Andrew Simpson, Olive, 2013, oil on wood, 22×27 cms
Showing at the NCAD Gallery, Dublin, the artists in Kipple, Natasha Conway, Daniel Jackman, Eveleen Murphy, Andrew Simpson and George Warren all graduated from the Painting Department at NCAD in 2013. They were part of a truly dynamic group of BA and MFA students. They see themselves as having “more in common with the intimism of early 20th century European painting than with the heroics of the Abstract Expressionist generation”. However their work reflects a deep connection to European and American painting, past and present. Interestingly the catalogue for their show is dedicated to Raoul De Keyser who died during their degree year; someone whose critical reception in America came late in his career.

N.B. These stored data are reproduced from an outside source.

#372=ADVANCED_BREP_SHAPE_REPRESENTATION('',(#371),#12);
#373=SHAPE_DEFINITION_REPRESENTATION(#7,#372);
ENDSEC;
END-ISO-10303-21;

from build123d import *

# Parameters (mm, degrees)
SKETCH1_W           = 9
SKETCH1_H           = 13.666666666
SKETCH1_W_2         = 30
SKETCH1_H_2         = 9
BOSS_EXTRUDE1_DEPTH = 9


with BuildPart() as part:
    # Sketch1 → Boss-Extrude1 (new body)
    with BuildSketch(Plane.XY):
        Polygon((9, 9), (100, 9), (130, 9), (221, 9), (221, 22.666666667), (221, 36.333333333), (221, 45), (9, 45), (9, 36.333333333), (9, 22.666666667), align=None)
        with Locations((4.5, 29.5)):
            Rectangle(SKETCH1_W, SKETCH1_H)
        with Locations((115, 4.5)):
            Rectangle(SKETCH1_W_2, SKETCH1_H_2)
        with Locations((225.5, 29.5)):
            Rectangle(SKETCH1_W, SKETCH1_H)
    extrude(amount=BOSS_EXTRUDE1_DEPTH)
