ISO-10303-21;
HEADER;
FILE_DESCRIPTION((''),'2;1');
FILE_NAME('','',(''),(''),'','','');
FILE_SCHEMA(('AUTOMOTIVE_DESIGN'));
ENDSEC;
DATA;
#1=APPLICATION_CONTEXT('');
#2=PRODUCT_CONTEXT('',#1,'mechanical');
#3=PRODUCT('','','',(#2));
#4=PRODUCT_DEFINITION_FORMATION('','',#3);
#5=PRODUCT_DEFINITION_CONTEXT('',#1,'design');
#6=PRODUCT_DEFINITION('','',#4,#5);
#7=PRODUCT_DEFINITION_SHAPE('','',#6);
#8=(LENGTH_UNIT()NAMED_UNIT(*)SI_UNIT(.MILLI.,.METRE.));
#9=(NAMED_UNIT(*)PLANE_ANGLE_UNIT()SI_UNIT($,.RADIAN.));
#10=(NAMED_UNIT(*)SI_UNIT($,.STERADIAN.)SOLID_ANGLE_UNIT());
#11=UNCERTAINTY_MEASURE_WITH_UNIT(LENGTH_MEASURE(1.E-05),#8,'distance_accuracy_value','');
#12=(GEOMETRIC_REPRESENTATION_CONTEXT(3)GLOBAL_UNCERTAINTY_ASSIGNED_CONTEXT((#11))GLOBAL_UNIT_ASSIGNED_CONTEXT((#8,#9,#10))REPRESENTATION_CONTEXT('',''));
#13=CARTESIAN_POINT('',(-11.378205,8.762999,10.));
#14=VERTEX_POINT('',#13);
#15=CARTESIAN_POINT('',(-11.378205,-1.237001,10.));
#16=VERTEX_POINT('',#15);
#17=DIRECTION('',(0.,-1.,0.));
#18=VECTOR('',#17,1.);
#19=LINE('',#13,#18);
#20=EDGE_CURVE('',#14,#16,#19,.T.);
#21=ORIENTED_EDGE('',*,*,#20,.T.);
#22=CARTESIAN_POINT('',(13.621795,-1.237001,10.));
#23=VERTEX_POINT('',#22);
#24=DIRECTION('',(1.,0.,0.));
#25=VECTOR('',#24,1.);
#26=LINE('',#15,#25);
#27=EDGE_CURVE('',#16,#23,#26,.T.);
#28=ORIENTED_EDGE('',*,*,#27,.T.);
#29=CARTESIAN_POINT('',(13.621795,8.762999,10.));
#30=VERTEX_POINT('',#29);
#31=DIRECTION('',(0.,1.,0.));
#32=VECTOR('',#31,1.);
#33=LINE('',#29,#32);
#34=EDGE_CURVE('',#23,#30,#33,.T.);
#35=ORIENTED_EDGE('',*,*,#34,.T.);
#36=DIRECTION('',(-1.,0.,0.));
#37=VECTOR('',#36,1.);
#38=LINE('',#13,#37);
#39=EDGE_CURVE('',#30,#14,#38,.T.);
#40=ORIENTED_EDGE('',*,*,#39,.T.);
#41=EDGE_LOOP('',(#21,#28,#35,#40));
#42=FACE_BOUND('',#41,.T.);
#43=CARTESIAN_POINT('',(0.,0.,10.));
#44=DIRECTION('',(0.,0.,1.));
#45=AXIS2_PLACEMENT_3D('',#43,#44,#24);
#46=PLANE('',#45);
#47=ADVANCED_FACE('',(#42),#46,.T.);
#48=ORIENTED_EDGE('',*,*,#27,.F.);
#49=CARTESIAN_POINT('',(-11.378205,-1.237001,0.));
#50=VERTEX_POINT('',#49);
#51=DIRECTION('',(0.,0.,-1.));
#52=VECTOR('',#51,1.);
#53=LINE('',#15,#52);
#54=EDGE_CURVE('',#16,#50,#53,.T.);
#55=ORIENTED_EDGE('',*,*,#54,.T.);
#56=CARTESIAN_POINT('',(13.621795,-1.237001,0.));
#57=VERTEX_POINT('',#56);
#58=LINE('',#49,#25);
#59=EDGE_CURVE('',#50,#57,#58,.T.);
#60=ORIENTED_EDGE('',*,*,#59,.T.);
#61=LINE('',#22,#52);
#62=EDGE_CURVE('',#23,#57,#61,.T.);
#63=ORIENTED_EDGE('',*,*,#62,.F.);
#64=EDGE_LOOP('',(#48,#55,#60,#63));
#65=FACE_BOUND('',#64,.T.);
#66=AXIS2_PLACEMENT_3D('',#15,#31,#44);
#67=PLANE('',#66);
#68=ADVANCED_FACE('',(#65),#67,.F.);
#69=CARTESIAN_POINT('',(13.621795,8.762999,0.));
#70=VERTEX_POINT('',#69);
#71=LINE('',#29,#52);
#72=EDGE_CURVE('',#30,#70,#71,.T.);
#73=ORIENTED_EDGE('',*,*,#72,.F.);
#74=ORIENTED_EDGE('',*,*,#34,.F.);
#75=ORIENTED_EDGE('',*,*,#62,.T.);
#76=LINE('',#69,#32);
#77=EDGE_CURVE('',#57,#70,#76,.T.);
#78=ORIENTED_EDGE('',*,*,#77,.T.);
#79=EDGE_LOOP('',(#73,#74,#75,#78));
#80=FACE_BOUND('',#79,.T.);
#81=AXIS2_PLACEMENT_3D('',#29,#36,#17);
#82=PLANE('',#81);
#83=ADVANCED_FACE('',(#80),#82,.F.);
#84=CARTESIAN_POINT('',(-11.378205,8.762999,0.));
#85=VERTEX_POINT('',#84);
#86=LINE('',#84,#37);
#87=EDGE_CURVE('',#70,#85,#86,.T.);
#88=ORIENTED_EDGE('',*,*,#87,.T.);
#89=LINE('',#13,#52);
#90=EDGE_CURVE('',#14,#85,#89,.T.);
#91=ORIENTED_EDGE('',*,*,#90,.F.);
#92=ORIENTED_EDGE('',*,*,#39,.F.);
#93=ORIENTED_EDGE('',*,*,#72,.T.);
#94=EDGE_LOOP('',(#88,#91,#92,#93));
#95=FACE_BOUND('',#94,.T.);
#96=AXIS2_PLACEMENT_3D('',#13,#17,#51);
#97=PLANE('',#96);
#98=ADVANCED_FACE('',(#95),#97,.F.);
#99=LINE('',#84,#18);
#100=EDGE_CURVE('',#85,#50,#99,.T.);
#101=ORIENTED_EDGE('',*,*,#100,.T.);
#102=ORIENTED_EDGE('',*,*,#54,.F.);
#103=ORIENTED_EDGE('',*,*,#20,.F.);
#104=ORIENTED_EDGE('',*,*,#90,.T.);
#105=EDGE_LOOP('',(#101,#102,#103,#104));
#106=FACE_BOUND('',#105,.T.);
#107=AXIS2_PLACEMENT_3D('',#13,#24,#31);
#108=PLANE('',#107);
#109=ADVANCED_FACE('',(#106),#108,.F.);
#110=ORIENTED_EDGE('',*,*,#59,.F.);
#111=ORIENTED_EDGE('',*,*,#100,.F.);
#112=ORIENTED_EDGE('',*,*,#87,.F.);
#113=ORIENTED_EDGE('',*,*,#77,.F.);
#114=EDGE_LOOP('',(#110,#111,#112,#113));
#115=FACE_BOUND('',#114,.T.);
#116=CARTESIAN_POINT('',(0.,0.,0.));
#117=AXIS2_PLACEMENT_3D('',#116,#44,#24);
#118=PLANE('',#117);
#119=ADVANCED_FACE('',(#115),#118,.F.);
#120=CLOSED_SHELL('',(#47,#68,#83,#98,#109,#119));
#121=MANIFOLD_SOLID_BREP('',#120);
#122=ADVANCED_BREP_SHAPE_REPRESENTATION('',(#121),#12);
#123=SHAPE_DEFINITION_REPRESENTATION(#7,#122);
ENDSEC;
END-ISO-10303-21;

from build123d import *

# Parameters (mm, degrees)
SKETCH_1_W      = 25
SKETCH_1_H      = 10
EXTRUDE_1_DEPTH = 10


with BuildPart() as part:
    # 草图1 → 凸台-拉伸1 (new body)
    with BuildSketch(Plane.XY):
        with Locations((1.121794872, 3.762999132)):
            Rectangle(SKETCH_1_W, SKETCH_1_H)
    extrude(amount=EXTRUDE_1_DEPTH)


solid = part.part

Sharon Butler, the New York based artist and critic (Two Coats of Paint), writing in the catalogue quotes F. Scott Fitzgerald who wrote that the “test of a first-rate intelligence is the ability to hold two opposing ideas in mind at the same time and still retain the ability to function”. The opposing ideas for these Irish artists include the intimate and the heroic, the figurative and the abstract, and not least, their geographical situation on the edge of Europe but looking towards America in an increasingly internationalized art world.

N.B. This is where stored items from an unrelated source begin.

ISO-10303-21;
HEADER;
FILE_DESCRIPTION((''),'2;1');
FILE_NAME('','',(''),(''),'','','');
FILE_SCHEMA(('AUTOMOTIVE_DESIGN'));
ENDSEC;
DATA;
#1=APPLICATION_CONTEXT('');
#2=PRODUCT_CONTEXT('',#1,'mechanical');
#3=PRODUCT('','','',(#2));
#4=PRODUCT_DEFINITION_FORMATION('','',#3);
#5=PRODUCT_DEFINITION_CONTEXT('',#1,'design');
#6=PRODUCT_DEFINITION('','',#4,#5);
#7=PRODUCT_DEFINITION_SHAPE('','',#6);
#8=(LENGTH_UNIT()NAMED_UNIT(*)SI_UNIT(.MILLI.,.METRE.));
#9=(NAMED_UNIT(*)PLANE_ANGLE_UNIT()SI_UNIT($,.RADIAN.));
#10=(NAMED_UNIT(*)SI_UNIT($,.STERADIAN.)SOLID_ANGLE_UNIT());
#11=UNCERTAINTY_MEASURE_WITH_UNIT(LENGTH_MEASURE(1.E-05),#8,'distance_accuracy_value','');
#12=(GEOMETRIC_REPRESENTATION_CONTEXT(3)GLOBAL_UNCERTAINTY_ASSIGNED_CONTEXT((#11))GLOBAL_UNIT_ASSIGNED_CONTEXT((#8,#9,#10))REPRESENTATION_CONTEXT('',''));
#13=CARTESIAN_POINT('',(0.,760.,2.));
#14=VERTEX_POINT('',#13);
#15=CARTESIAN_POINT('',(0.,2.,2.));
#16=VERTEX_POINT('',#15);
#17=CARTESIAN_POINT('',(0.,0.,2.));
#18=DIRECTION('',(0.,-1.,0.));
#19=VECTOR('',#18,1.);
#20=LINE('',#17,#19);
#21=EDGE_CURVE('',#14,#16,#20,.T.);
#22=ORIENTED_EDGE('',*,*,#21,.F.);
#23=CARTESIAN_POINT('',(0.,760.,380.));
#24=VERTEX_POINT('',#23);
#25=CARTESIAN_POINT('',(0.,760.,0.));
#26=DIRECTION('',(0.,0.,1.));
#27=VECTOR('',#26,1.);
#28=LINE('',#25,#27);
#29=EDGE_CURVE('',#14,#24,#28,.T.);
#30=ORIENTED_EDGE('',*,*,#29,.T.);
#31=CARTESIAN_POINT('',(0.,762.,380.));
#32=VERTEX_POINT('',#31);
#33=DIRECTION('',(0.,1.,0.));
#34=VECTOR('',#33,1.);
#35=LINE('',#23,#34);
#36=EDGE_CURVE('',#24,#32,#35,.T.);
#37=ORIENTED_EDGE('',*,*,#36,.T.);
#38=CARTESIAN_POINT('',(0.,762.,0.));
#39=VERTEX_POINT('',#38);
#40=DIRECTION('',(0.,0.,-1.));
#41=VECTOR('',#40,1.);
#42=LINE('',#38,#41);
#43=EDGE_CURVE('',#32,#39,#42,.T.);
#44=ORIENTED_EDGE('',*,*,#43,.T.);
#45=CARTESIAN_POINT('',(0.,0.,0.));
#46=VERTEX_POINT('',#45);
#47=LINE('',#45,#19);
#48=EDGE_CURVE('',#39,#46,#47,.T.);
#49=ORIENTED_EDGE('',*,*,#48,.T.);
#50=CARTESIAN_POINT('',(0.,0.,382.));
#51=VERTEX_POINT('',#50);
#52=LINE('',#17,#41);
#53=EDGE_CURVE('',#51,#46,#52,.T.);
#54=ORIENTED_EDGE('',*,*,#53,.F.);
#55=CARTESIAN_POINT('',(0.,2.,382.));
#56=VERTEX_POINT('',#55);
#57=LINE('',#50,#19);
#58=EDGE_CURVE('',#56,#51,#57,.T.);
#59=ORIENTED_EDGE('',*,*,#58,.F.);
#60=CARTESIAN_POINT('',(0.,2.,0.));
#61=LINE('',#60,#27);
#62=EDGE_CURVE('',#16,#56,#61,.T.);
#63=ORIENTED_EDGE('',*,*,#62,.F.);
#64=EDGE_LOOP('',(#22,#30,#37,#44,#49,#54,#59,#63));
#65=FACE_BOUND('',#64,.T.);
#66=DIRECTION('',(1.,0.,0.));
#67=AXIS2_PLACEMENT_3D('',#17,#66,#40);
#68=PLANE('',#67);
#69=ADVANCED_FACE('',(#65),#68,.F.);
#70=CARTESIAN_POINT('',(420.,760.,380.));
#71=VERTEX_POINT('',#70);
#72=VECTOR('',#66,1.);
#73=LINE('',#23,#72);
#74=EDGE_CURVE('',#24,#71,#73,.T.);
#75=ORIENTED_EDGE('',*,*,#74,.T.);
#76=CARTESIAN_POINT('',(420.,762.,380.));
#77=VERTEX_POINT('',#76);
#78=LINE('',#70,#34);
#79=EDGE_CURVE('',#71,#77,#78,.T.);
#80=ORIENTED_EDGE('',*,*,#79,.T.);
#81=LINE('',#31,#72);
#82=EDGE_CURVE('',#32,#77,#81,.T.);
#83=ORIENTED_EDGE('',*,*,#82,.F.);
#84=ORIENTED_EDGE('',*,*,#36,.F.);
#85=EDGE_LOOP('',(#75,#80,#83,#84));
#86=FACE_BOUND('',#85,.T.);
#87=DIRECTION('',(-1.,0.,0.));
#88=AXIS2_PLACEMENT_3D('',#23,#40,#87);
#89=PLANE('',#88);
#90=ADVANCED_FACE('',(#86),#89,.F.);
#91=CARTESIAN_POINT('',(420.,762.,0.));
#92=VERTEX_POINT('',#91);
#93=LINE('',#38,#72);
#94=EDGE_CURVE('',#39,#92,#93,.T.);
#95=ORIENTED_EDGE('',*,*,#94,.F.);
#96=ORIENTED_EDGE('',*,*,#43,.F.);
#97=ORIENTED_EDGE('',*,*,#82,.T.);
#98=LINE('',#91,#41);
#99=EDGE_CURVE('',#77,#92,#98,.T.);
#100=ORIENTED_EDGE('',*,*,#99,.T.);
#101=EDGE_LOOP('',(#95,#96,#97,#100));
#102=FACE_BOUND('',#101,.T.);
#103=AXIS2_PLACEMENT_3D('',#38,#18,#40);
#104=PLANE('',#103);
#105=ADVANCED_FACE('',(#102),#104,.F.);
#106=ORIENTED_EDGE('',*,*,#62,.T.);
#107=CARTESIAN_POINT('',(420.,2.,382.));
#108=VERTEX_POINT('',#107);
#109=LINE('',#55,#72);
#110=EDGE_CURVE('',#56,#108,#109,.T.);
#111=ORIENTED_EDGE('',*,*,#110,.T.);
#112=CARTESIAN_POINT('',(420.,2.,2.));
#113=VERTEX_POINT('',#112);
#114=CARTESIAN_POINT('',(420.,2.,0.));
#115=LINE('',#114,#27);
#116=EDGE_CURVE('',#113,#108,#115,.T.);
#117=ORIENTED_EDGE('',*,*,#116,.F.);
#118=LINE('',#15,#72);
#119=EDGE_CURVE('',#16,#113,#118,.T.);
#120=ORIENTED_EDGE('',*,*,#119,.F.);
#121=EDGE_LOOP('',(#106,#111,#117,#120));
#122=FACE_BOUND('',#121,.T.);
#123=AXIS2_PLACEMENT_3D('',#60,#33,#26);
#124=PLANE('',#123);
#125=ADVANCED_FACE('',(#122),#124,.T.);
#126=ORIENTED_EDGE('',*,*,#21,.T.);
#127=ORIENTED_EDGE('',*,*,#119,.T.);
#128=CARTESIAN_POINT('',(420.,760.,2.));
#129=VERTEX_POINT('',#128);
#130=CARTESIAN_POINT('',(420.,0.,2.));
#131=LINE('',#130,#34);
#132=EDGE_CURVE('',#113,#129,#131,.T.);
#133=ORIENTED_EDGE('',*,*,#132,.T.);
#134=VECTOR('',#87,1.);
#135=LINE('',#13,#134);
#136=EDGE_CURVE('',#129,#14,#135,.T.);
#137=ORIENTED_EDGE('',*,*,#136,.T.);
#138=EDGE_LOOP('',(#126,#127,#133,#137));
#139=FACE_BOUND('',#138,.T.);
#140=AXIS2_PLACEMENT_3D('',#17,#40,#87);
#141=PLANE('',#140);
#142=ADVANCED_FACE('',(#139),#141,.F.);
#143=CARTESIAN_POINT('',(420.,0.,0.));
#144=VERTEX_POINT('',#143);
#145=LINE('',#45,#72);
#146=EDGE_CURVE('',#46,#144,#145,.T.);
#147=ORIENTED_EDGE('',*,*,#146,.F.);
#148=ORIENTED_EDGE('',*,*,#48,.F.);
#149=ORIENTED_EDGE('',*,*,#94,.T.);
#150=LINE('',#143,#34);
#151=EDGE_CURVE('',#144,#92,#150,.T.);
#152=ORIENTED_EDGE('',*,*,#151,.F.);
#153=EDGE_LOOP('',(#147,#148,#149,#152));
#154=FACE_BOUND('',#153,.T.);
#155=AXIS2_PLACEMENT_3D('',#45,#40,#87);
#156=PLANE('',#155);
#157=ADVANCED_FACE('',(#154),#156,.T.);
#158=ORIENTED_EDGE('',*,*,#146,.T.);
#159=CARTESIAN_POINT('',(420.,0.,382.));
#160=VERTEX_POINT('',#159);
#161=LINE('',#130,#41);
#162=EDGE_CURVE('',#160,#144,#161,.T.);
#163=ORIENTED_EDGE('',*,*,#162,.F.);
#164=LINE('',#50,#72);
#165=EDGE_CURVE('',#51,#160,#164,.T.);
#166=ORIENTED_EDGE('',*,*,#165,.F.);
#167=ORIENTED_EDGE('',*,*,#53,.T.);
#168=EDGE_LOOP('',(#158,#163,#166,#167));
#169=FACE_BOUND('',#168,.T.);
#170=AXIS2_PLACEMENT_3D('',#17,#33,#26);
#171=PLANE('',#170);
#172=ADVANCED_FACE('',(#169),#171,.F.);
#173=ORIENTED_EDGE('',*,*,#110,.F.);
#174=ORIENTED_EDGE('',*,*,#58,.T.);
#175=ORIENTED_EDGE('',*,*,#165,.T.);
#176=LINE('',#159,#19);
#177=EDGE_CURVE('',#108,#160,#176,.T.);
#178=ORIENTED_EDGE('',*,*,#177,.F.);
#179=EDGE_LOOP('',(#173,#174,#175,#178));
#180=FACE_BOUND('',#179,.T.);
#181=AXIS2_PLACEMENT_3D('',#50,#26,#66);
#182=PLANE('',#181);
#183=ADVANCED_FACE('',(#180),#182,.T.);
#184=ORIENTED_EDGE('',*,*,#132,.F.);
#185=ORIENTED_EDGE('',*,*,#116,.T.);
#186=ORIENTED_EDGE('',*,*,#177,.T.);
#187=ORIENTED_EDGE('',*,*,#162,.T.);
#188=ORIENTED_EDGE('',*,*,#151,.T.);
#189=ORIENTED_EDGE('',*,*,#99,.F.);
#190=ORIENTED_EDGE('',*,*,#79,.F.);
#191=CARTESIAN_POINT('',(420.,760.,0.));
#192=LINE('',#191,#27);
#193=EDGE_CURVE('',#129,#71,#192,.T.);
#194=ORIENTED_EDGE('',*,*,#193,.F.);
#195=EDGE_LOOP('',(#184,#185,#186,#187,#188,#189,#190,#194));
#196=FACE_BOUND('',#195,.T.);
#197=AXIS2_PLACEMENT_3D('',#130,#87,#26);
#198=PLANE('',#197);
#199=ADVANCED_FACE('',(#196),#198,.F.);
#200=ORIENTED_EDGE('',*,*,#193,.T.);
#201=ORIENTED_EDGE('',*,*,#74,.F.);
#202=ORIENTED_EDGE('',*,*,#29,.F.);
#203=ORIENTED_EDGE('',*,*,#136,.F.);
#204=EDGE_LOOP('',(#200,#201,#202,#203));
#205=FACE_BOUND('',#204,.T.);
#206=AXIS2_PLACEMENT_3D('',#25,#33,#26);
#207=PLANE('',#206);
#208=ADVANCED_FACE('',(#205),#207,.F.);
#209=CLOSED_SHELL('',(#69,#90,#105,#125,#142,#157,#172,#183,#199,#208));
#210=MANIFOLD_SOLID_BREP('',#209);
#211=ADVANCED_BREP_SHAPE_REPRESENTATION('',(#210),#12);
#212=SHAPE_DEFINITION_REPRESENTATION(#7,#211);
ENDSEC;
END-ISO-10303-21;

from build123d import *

# Parameters (mm, degrees)
SKETCH3_W           = 420
SKETCH3_H           = 760
BOSS_EXTRUDE1_DEPTH = 2
SKETCH7_W           = 380
SKETCH7_H           = 2
BOSS_EXTRUDE2_DEPTH = 420
SKETCH9_W           = 382
SKETCH9_H           = 2
BOSS_EXTRUDE3_DEPTH = 420


with BuildPart() as part:
    # Sketch3 → Boss-Extrude1 (new body)
    with BuildSketch(Plane.XY):
        with Locations((210, 380)):
            Rectangle(SKETCH3_W, SKETCH3_H)
    extrude(amount=BOSS_EXTRUDE1_DEPTH)

    # Sketch7 → Boss-Extrude2 (add)
    with BuildSketch(Plane(origin=(420, 760, 0), x_dir=(0, 0, 1), z_dir=(-1, 0, 0))):
        with Locations((190, 1)):
            Rectangle(SKETCH7_W, SKETCH7_H)
    extrude(amount=BOSS_EXTRUDE2_DEPTH)

    # Sketch9 → Boss-Extrude3 (add)
    with BuildSketch(Plane(origin=(420, 0, 2), x_dir=(0, 0, -1), z_dir=(1, 0, 0))):
        with Locations((-189, 1)):
            Rectangle(SKETCH9_W, SKETCH9_H)
    extrude(amount=-BOSS_EXTRUDE3_DEPTH)


solid = part.part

Andrew Simpson, The End (Reconciled), 2014, oil on canvas, 30 x 30 cms
Andrew Simpson, Vietnam. From yet with a peak, 2014, oil on canvas,12×160 cms
Daniel Jackman, What’s in Tom Sawyers pocket, 2014, oil on wood, 30×20 cms
Daniel Jackman, Box, 2014, oil on wood, 25x20x20 cms
Daniel Jackman, Innings, 2014, oil on wood, 23×29 cms
Daniel Jackman, Untitled, 2014, oil on canvas on wood, 50×35 cms
Eveleen Murphy, Penance, 2014, acrylic on wood, 36×41 cms
Eveleen Murphy, Before the Fridge, 2014, acrylic on wood, 34×41 cms
Eveleen Murphy, Stacks, 2014, plaster, acrylic and glitter, 35x20x18 cms
George Warren, Untitled, 2014, oil on canvas, 160×170 cms
Natasha Conway, Dance dance dance, 2014, oil on linen on panel, 30×40 cms
Natasha Conway, Self-Preservation, 2014, oil on linen on panel, 40×45 cms
Natasha Conway,Shelter, 2014, oil on linen on wood, 45×40 cms
‘Kipple’ is a fictional word coined by author Philip K. Dick in his 1968 novel Do Androids Dream of Electric Sheep? to describe a proliferation of material ‘things’ that exist and multiply regardless of a character’s presence, or absence. In this instance, kipple is used as metaphor for the thought processes comparable to the materiality of the studio where material accumulates outside of one’s immediate consciousness.